Available data section start

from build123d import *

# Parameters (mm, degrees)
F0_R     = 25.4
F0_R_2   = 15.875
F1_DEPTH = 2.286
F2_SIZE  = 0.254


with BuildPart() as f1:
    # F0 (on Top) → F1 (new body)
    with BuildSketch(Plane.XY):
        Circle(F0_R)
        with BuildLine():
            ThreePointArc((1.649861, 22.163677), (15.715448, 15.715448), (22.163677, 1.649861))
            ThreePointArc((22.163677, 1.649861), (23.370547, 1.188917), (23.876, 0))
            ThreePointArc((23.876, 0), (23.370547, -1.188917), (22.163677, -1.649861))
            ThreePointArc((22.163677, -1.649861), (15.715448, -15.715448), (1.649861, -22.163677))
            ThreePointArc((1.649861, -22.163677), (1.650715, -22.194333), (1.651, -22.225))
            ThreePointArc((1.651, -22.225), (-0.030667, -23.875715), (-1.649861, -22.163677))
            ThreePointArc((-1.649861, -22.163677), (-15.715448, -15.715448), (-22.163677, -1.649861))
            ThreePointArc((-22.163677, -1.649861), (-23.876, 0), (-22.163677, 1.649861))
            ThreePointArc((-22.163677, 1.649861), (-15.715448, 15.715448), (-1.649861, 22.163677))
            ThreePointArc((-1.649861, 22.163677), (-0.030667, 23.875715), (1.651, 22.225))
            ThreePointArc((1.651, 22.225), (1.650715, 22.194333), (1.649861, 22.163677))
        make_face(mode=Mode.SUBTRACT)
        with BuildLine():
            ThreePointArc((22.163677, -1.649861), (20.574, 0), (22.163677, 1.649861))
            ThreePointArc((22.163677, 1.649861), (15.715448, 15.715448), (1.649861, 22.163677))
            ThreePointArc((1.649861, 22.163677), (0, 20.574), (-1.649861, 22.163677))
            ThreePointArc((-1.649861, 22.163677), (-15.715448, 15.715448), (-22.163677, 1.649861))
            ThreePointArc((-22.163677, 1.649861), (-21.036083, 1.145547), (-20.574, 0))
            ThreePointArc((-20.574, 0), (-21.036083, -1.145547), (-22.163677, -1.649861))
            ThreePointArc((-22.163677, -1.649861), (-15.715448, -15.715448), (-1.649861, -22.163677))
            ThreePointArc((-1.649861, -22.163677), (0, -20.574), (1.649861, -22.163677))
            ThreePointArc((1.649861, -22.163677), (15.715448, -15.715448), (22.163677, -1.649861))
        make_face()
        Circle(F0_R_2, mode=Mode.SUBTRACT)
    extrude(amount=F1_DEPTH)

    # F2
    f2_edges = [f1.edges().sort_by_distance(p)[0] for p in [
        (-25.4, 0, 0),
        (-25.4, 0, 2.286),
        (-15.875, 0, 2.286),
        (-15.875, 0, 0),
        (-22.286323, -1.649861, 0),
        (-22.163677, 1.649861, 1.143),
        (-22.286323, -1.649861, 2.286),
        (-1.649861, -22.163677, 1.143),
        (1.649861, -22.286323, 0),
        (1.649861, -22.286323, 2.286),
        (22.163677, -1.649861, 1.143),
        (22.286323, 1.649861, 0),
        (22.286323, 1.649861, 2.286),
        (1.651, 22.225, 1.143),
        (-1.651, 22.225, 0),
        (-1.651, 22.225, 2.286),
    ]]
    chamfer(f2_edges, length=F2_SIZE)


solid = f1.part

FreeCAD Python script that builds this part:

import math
import FreeCAD as App
import Part
import Sketcher
from FreeCAD import Vector
Q = App.Units.Quantity


def edges_at(feature, points):
    """Names of the edges that pass closest to the given points."""
    edges = feature.Shape.Edges
    near = lambda p: min(range(len(edges)), key=lambda i: edges[i].distToShape(Part.Vertex(*p))[0])
    return sorted({f"Edge{near(p) + 1}" for p in points})

doc = App.newDocument("Part")
params = doc.addObject("Spreadsheet::Sheet", "Params")
for row, (alias, value) in enumerate([
    ("sketch1_diameter", "2 in"),
    ("sketch1_diameter2", "1.25 in"),
    ("sketch1_radius", "0.065 in"),
    ("pad1_length", "0.09 in"),
    ("chamfer_size", "0.01 in"),
], start=1):
    params.set(f"A{row}", alias)
    params.set(f"B{row}", "=" + value)
    params.setAlias(f"B{row}", alias)

body = doc.addObject("PartDesign::Body", "Body")

sketch1 = doc.addObject("Sketcher::SketchObject", "Sketch")
body.addObject(sketch1)
sketch1.AttachmentSupport = (doc.XY_Plane, [""])
sketch1.MapMode = "FlatFace"
sketch1.addGeometry([
    Part.Circle(Vector(0, 0, 0), Vector(0, 0, 1), 25.4),
    Part.ArcOfCircle(Part.Circle(Vector(0, -22.22, 0), Vector(0, 0, 1), 1.65), math.radians(178), math.radians(360)),
    Part.ArcOfCircle(Part.Circle(Vector(0, -22.23, 0), Vector(0, 0, 1), 1.65), math.radians(2), math.radians(178)),
    Part.ArcOfCircle(Part.Circle(Vector(0, -22.23, 0), Vector(0, 0, 1), 1.65), math.radians(0), math.radians(2.13)),
    Part.ArcOfCircle(Part.Circle(Vector(-22.22, 0, 0), Vector(0, 0, 1), 1.65), math.radians(88), math.radians(272)),
    Part.ArcOfCircle(Part.Circle(Vector(-22.23, 0, 0), Vector(0, 0, 1), 1.65), math.radians(0), math.radians(88)),
    Part.ArcOfCircle(Part.Circle(Vector(-22.23, 0, 0), Vector(0, 0, 1), 1.65), math.radians(-88), math.radians(0)),
    Part.Circle(Vector(0, 0, 0), Vector(0, 0, 1), 15.88),
    Part.ArcOfCircle(Part.Circle(Vector(0, 22.23, 0), Vector(0, 0, 1), 1.65), math.radians(-2.13), math.radians(0)),
    Part.ArcOfCircle(Part.Circle(Vector(0, 22.23, 0), Vector(0, 0, 1), 1.65), math.radians(-178), math.radians(-2)),
    Part.ArcOfCircle(Part.Circle(Vector(0, 22.22, 0), Vector(0, 0, 1), 1.65), math.radians(0), math.radians(182)),
    Part.ArcOfCircle(Part.Circle(Vector(22.22, 0, 0), Vector(0, 0, 1), 1.65), math.radians(-92), math.radians(0)),
    Part.ArcOfCircle(Part.Circle(Vector(22.23, 0, 0), Vector(0, 0, 1), 1.65), math.radians(92), math.radians(268)),
    Part.ArcOfCircle(Part.Circle(Vector(22.22, 0, 0), Vector(0, 0, 1), 1.65), math.radians(0), math.radians(92)),
], False)
sketch1.addConstraint([
    Sketcher.Constraint("Tangent", 1, 1, 2, 2),
    Sketcher.Constraint("Coincident", 2, 1, 3, 2),
    Sketcher.Constraint("Coincident", 3, 1, 1, 2),
    Sketcher.Constraint("Tangent", 4, 1, 5, 2),
    Sketcher.Constraint("Tangent", 5, 1, 6, 2),
    Sketcher.Constraint("Tangent", 6, 1, 4, 2),
    Sketcher.Constraint("Coincident", 8, 1, 9, 2),
    Sketcher.Constraint("Tangent", 9, 1, 10, 2),
    Sketcher.Constraint("Coincident", 10, 1, 8, 2),
    Sketcher.Constraint("Tangent", 11, 1, 12, 2),
    Sketcher.Constraint("Tangent", 12, 1, 13, 2),
    Sketcher.Constraint("Tangent", 13, 1, 11, 2),
    Sketcher.Constraint("Coincident", 0, 3, -1, 1),
    Sketcher.Constraint("Coincident", 7, 3, -1, 1),
    Sketcher.Constraint("Equal", 1, 2),
    Sketcher.Constraint("Equal", 2, 4),
    Sketcher.Constraint("Equal", 3, 8),
    Sketcher.Constraint("Equal", 6, 9),
    Sketcher.Constraint("Equal", 9, 10),
    Sketcher.Constraint("Equal", 10, 11),
    Sketcher.Constraint("Symmetric", 1, 3, 9, 3, -1, 1),
    Sketcher.Constraint("Symmetric", 4, 3, 11, 3, -1, 1),
    Sketcher.Constraint("Symmetric", 1, 1, 2, 1, -2),
    Sketcher.Constraint("Symmetric", 6, 1, 11, 1, -2),
    Sketcher.Constraint("PointOnObject", 5, 1, -1),
    Sketcher.Constraint("PointOnObject", 13, 1, -1),
    Sketcher.Constraint("Horizontal", 2, 3, 3, 1),
    Sketcher.Constraint("Horizontal", 8, 1, 9, 1),
    Sketcher.Constraint("Horizontal", 9, 3, 10, 1),
    Sketcher.Constraint("Horizontal", 4, 1, 12, 1),
    Sketcher.Constraint("Vertical", 4, 1, 6, 1),
    Sketcher.Constraint("Vertical", 2, 1, 8, 1),
    Sketcher.Constraint("Diameter", 0, Q("2 in")),
    Sketcher.Constraint("Diameter", 7, Q("1.25 in")),
    Sketcher.Constraint("Radius", 1, Q("0.065 in")),
    Sketcher.Constraint("DistanceX", 5, 1, -1, 1, Q("0.81 in")),
    Sketcher.Constraint("DistanceY", 1, 3, -1, 1, Q("0.875 in")),
    Sketcher.Constraint("Radius", 3, 1.652649),
    Sketcher.Constraint("DistanceX", 1, 1, -1, 1, 1.649861),
    Sketcher.Constraint("DistanceY", -1, 1, 4, 1, 1.649861),
])
sketch1.setExpression("Constraints[32]", "Params.sketch1_diameter")
sketch1.setExpression("Constraints[33]", "Params.sketch1_diameter2")
sketch1.setExpression("Constraints[34]", "Params.sketch1_radius")
pad1 = doc.addObject("PartDesign::Pad", "Pad")
body.addObject(pad1)
pad1.Profile = sketch1
pad1.setExpression("Length", "Params.pad1_length")
doc.recompute()

chamfer = doc.addObject("PartDesign::Chamfer", "Chamfer")
body.addObject(chamfer)
chamfer.Base = (pad1, edges_at(pad1, [
    (-25.4, 0, 0),
    (-25.4, 0, 2.286),
    (-15.875, 0, 2.286),
    (-15.875, 0, 0),
    (-23.876, 0, 0),
    (-22.164, 1.65, 1.143),
    (-23.876, 0, 2.286),
    (-1.65, -22.164, 1.143),
    (-0.031, -23.876, 0),
    (-0.031, -23.876, 2.286),
    (22.164, -1.65, 1.143),
    (23.371, 1.189, 0),
    (23.371, 1.189, 2.286),
    (1.651, 22.225, 1.143),
    (-0.031, 23.876, 0),
    (-0.031, 23.876, 2.286),
]))
chamfer.setExpression("Size", "Params.chamfer_size")

doc.recompute()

Available data section end

#### Task details:
Could you reproduce, exactly, every line above from the line with "15.715448), (-22.163677, 1.649861))" to the line with "extrude(amount=F1_DEPTH)", and no other line? Both ends count.

#### Task response:
            ThreePointArc((-1.649861, 22.163677), (-15.715448, 15.715448), (-22.163677, 1.649861))
            ThreePointArc((-22.163677, 1.649861), (-21.036083, 1.145547), (-20.574, 0))
            ThreePointArc((-20.574, 0), (-21.036083, -1.145547), (-22.163677, -1.649861))
            ThreePointArc((-22.163677, -1.649861), (-15.715448, -15.715448), (-1.649861, -22.163677))
            ThreePointArc((-1.649861, -22.163677), (0, -20.574), (1.649861, -22.163677))
            ThreePointArc((1.649861, -22.163677), (15.715448, -15.715448), (22.163677, -1.649861))
        make_face()
        Circle(F0_R_2, mode=Mode.SUBTRACT)
    extrude(amount=F1_DEPTH)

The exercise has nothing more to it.